41 % des 15-24 ans sont actuellement au chômage en Afrique du Nord. L’Organisation de coopération et de développement économiques (OCDE) et la Banque africaine pour le développement (BAD) ont annoncé ce lundi à Tunis, que le taux de chômage des 15-24 ans en Afrique du Nord a augmenté pour atteindre 41 % en 2012. Une donnée inquiétante pour une jeunesse rebelle, qui revendique toujours sa place dans la société.

Ce lundi à Tunis, en marge de la Conférence régionale sur la promotion de l’emploi des jeunes en Afrique du Nord, l’Organisation de coopération et de développement économiques (OCDE) et la Banque africaine pour le développement (BAD) ont révélé que le taux de chômage des 15-24 ans de la région est passé à 41% en 2012. L’OCDE et la BAD expliquent que cette donnée inquiétante est due à la croissance économique faible de ces dix dernières années. En effet, alors que le nombre de diplômés a augmenté, les économies nord-africaines sont restées centrées sur des secteurs où les qualifications ne sont d’aucune utilité. Or, cette forte scolarisation des jeunes devrait être une aubaine. Selon Mthuli Ncube, économiste en chef de la BAD : « C’est une opportunité unique pour le développement économique et social de la région, à condition que l’on tire partie de ces talents, ce réservoir de capital humain en pleine croissance, et qu’on l’oriente vers les secteurs productifs de l’économie. »

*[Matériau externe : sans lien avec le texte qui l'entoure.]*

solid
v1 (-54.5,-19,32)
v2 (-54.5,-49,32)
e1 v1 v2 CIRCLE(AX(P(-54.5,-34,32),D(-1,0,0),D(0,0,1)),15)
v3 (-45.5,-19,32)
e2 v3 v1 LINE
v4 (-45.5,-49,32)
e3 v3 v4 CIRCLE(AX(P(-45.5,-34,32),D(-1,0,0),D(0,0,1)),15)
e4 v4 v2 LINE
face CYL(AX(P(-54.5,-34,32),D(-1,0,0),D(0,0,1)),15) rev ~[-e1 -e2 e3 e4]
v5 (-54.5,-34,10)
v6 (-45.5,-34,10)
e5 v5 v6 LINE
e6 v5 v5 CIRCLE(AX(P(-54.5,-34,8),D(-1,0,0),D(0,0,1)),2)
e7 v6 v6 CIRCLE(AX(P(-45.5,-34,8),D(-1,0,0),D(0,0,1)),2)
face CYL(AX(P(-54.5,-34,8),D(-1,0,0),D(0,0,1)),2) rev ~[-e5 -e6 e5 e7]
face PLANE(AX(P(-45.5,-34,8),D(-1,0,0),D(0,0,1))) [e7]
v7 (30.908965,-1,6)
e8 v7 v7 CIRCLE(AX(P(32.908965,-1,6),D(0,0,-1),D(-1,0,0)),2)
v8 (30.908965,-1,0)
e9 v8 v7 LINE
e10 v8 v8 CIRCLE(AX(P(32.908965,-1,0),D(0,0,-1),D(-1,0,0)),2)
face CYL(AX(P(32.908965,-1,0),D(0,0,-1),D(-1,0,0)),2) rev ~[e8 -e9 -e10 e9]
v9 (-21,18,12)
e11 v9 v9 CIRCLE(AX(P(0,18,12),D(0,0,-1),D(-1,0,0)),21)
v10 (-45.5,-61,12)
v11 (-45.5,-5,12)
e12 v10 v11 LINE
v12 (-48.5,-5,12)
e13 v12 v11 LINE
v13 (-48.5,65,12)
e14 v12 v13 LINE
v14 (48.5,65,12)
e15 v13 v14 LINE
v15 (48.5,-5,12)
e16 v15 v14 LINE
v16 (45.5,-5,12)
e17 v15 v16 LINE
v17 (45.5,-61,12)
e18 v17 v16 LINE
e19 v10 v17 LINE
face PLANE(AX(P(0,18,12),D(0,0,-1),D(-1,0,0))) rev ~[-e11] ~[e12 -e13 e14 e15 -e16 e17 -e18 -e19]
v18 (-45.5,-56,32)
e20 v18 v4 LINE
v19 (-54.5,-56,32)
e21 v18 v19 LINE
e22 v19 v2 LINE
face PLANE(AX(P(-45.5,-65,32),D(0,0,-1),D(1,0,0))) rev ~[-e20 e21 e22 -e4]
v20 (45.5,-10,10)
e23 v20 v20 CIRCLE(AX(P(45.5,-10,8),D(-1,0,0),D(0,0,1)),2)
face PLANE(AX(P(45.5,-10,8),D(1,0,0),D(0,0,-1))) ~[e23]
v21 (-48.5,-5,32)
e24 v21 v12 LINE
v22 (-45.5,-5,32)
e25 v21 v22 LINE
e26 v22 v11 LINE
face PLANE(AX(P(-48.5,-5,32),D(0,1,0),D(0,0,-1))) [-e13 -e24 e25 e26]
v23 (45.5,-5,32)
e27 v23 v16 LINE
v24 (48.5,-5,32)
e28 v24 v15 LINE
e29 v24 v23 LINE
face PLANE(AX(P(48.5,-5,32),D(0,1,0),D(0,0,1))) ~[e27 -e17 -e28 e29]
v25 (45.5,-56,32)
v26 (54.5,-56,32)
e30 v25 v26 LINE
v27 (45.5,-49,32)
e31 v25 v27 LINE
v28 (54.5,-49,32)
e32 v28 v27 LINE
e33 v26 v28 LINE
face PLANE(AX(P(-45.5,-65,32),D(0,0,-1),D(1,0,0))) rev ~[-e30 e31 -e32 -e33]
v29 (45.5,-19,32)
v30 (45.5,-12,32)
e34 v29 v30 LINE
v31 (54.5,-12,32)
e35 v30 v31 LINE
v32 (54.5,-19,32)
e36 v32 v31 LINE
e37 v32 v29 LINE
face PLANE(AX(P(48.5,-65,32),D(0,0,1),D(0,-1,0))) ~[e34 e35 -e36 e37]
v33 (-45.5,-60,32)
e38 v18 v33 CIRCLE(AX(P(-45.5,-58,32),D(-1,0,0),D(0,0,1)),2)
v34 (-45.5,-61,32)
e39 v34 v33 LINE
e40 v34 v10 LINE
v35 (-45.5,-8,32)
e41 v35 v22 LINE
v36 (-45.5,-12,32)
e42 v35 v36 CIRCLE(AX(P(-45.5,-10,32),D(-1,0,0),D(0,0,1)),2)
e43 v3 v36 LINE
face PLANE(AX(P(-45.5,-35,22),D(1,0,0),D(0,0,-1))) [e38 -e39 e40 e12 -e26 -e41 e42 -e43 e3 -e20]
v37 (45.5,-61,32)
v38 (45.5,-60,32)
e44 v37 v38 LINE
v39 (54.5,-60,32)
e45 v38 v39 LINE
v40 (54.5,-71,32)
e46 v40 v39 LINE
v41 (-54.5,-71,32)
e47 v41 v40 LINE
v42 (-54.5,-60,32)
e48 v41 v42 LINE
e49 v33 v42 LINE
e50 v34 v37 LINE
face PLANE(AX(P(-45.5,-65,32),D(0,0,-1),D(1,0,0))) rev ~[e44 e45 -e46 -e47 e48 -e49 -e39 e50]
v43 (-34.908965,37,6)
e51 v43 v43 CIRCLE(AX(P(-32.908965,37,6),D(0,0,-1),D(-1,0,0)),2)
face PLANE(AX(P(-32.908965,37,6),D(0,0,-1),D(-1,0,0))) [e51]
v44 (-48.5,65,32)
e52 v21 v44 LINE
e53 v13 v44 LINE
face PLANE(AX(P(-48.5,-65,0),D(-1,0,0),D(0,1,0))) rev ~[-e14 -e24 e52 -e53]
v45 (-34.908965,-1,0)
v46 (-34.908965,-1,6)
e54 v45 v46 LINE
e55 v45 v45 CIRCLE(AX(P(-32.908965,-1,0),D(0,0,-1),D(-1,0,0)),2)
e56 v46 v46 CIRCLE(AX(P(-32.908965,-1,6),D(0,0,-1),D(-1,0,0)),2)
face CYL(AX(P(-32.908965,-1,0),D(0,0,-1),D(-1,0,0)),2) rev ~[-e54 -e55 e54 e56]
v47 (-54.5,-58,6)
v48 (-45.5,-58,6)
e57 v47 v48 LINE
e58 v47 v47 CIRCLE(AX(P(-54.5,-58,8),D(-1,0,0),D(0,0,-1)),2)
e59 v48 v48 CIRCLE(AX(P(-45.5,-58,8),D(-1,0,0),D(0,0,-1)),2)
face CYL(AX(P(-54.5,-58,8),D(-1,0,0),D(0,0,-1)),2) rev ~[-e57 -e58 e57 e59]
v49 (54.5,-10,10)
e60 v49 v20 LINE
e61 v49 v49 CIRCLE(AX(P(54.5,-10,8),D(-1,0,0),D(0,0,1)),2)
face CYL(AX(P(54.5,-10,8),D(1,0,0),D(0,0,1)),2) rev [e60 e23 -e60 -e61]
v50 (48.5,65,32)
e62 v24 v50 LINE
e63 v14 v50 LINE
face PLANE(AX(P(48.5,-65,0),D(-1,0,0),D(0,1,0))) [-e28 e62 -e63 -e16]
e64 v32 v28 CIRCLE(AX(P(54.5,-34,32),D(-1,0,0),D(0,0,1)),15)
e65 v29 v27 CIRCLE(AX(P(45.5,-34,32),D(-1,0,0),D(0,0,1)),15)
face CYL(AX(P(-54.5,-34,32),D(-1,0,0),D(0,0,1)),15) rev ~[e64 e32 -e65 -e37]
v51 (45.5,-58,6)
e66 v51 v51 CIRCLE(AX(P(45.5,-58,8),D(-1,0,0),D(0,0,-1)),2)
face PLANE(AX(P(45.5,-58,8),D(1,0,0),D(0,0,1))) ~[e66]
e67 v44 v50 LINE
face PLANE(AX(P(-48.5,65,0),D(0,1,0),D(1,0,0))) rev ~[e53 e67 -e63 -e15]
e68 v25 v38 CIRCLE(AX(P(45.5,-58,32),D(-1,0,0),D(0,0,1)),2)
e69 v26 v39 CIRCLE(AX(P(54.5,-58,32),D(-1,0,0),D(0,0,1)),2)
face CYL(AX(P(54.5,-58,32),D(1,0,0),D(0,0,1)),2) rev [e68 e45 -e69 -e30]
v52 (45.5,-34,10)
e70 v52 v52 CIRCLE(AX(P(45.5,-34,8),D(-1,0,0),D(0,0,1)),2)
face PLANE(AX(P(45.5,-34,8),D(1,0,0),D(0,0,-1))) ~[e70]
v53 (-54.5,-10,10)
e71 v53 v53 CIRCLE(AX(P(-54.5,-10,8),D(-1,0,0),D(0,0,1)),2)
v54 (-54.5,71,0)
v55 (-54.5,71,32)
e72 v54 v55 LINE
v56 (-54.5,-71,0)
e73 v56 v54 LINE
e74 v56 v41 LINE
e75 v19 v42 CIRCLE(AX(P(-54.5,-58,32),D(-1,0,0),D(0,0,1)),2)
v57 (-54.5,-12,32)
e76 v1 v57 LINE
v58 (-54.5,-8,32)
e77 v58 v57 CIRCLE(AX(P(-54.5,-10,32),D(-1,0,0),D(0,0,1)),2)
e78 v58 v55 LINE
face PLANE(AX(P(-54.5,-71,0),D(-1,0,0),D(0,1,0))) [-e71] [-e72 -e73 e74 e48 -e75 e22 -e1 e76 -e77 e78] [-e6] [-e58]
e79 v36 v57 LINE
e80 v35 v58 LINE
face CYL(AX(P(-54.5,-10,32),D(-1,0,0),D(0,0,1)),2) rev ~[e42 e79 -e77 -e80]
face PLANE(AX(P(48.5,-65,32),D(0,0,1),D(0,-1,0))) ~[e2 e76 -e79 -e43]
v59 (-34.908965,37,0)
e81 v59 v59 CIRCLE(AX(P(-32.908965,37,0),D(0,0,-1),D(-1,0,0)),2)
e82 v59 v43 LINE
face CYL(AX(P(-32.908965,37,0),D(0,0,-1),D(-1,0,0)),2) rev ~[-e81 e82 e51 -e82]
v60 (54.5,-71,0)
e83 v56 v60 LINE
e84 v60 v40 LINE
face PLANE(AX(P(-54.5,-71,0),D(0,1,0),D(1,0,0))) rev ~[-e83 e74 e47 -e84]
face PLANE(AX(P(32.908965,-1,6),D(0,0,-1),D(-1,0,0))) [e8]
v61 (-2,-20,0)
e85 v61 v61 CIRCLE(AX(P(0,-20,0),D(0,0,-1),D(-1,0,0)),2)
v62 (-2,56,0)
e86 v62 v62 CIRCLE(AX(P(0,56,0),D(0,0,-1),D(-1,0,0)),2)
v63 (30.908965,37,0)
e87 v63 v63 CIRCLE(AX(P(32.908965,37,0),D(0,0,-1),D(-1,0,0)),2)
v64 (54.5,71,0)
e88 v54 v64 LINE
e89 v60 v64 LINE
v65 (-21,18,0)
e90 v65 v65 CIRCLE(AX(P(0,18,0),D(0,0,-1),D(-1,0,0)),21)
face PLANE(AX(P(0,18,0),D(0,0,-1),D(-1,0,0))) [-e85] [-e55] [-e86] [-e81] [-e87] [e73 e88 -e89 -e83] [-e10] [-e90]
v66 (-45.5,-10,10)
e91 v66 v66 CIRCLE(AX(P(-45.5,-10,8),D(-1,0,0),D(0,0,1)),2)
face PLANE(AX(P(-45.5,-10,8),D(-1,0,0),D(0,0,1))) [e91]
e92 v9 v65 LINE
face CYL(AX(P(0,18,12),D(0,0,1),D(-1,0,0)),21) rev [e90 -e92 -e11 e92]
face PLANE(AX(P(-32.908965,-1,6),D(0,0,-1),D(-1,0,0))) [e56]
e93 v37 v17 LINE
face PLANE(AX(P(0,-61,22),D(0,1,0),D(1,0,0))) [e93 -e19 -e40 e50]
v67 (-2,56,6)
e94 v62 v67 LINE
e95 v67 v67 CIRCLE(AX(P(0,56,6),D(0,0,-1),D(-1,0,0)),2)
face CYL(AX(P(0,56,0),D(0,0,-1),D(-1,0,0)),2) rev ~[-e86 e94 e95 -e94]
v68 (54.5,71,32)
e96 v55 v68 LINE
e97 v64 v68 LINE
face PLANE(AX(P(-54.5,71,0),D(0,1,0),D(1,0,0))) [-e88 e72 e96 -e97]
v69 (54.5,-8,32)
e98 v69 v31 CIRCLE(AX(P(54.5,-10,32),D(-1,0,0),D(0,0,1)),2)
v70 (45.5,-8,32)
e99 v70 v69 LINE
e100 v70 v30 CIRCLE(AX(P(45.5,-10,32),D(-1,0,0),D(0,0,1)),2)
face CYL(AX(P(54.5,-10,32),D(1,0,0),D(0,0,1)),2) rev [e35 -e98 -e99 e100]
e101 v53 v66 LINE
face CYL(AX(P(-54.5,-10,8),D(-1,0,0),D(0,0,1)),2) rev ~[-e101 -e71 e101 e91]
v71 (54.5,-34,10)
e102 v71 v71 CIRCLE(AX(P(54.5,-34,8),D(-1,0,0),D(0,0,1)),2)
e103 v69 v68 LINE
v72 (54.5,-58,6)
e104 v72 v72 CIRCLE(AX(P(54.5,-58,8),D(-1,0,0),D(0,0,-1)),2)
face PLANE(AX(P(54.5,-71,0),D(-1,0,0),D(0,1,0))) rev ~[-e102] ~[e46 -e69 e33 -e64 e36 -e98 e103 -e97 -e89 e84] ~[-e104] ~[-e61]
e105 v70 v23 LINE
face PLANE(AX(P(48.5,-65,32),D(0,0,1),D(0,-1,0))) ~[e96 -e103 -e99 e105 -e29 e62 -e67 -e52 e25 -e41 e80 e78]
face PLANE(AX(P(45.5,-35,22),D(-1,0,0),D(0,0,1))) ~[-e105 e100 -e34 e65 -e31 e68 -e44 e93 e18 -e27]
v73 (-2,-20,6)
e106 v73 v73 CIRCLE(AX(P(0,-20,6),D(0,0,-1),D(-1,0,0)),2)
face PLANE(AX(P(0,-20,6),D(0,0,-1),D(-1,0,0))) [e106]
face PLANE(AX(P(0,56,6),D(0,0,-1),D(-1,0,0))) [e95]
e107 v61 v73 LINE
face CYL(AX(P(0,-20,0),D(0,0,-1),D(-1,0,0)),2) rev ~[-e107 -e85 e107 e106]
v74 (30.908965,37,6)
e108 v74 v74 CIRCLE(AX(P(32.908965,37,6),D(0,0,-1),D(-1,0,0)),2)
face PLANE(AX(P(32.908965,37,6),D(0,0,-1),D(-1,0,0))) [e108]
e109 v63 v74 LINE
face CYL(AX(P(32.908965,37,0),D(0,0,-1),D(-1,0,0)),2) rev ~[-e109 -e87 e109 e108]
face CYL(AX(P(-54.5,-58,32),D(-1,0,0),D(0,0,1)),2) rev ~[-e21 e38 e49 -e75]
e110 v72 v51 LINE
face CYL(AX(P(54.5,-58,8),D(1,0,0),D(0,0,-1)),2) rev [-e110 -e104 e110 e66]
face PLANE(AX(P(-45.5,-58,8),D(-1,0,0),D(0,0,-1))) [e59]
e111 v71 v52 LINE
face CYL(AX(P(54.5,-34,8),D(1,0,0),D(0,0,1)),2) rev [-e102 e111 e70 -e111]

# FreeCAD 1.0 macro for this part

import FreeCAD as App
import Part
import Sketcher
Q = App.Units.Quantity


def add_polygon(sketch, points):
    """Adds a closed chain of lines whose ends are joined by coincident constraints."""
    first, n = sketch.GeometryCount, len(points)
    for a, b in zip(points, points[1:] + points[:1]):
        sketch.addGeometry(Part.LineSegment(App.Vector(*a, 0), App.Vector(*b, 0)), False)
    for i in range(n):
        sketch.addConstraint(Sketcher.Constraint("Coincident", first + i, 2, first + (i + 1) % n, 1))

doc = App.newDocument("Part")
body = doc.addObject("PartDesign::Body", "Body")

# Sketch on XY plane
sketch1 = doc.addObject("Sketcher::SketchObject", "Sketch")
body.addObject(sketch1)
sketch1.AttachmentSupport = (doc.XY_Plane, [""])
sketch1.MapMode = "FlatFace"
add_polygon(sketch1, [(-48, 65), (-48, -65), (48, -65), (48, 65)])  # lines 0-3
sketch1.addConstraint(Sketcher.Constraint("Vertical", 0))
sketch1.addConstraint(Sketcher.Constraint("Horizontal", 1))
sketch1.addConstraint(Sketcher.Constraint("Vertical", 2))
sketch1.addConstraint(Sketcher.Constraint("Horizontal", 3))
sketch1.addConstraint(Sketcher.Constraint("Symmetric", 0, 2, 2, 2, -1, 1))
sketch1.addConstraint(Sketcher.Constraint("DistanceX", 1, 1, 1, 2, Q("97 mm")))
sketch1.addConstraint(Sketcher.Constraint("DistanceY", 0, 2, 0, 1, Q("130 mm")))
pad1 = doc.addObject("PartDesign::Pad", "Pad")
body.addObject(pad1)
pad1.Profile = sketch1
pad1.Length = 12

En réponse à cette situation inquiétante, l’OCDE et la BAD suggèrent l’adoption de stratégies de croissance afin de créer davantage d’emplois qualifiés. Sans surprise, les deux organismes appellent également à désengorger le secteur public et à privilégier le développement du secteur privé, à travers les petites et moyennes entreprises. Dans des pays où instinctivement les jeunes privilégient le travail dans la fonction publique, gage à leurs yeux de stabilité et de protection sociale.

Le chômage, un facteur de révolte

Marchand ambulant de condition précaire, Bouazizi présentait le profil type des protestataires du « Printemps arabe ». Une masse composée de millions de jeunes et de moins jeunes appartenant soit au secteur informel soit au groupe des chômeurs formels. Des individus avec trop de qualifications pour le travail qu’ils font ou sans qualification et vivant dans la misère. La révolte arabe, déclenchée par la protestation qui éclata dans la ville tunisienne de Sidi Bouzid après l’immolation du jeune Mohamed Bouazizi, le 17 décembre 2010, confirme largement cette idée : le chômage et la désillusion des jeunes favorisent la rébellion. Voir la vidéo ci-dessous :

Face au vent des révoltes et des révolutions qu’a traversé l’Afrique du Nord, les gouvernements cherchent à stimuler et à diversifier l’économie afin d’occuper cette jeunesse désespérée.

Le mardi 3 juillet, au Conseil économique et social des Nations unies, le ministre marocain de l’Emploi et de la formation professionnelle, Abdelouahed Souhail déclarait : « En tant qu’autorités publiques, nous avons l’obligation de redoubler d’efforts pour trouver du travail à nos jeunes. » Chiffres à l’appui, M. Souhail a fait observer que 81% des chômeurs sont des jeunes en Afrique du Nord. L’Association marocaine des Droits de l’Homme (Amdh) estime quant à elle, que 26,8% dES universitaires et deS diplômés d’études supérieures sont au chômage au Maroc, le taux le plus élevé du Maghreb. Après le Printemps arabe, les gouvernements semblent donc, au moins dans les discours, décidés à écouter la détresse de leur jeunesse.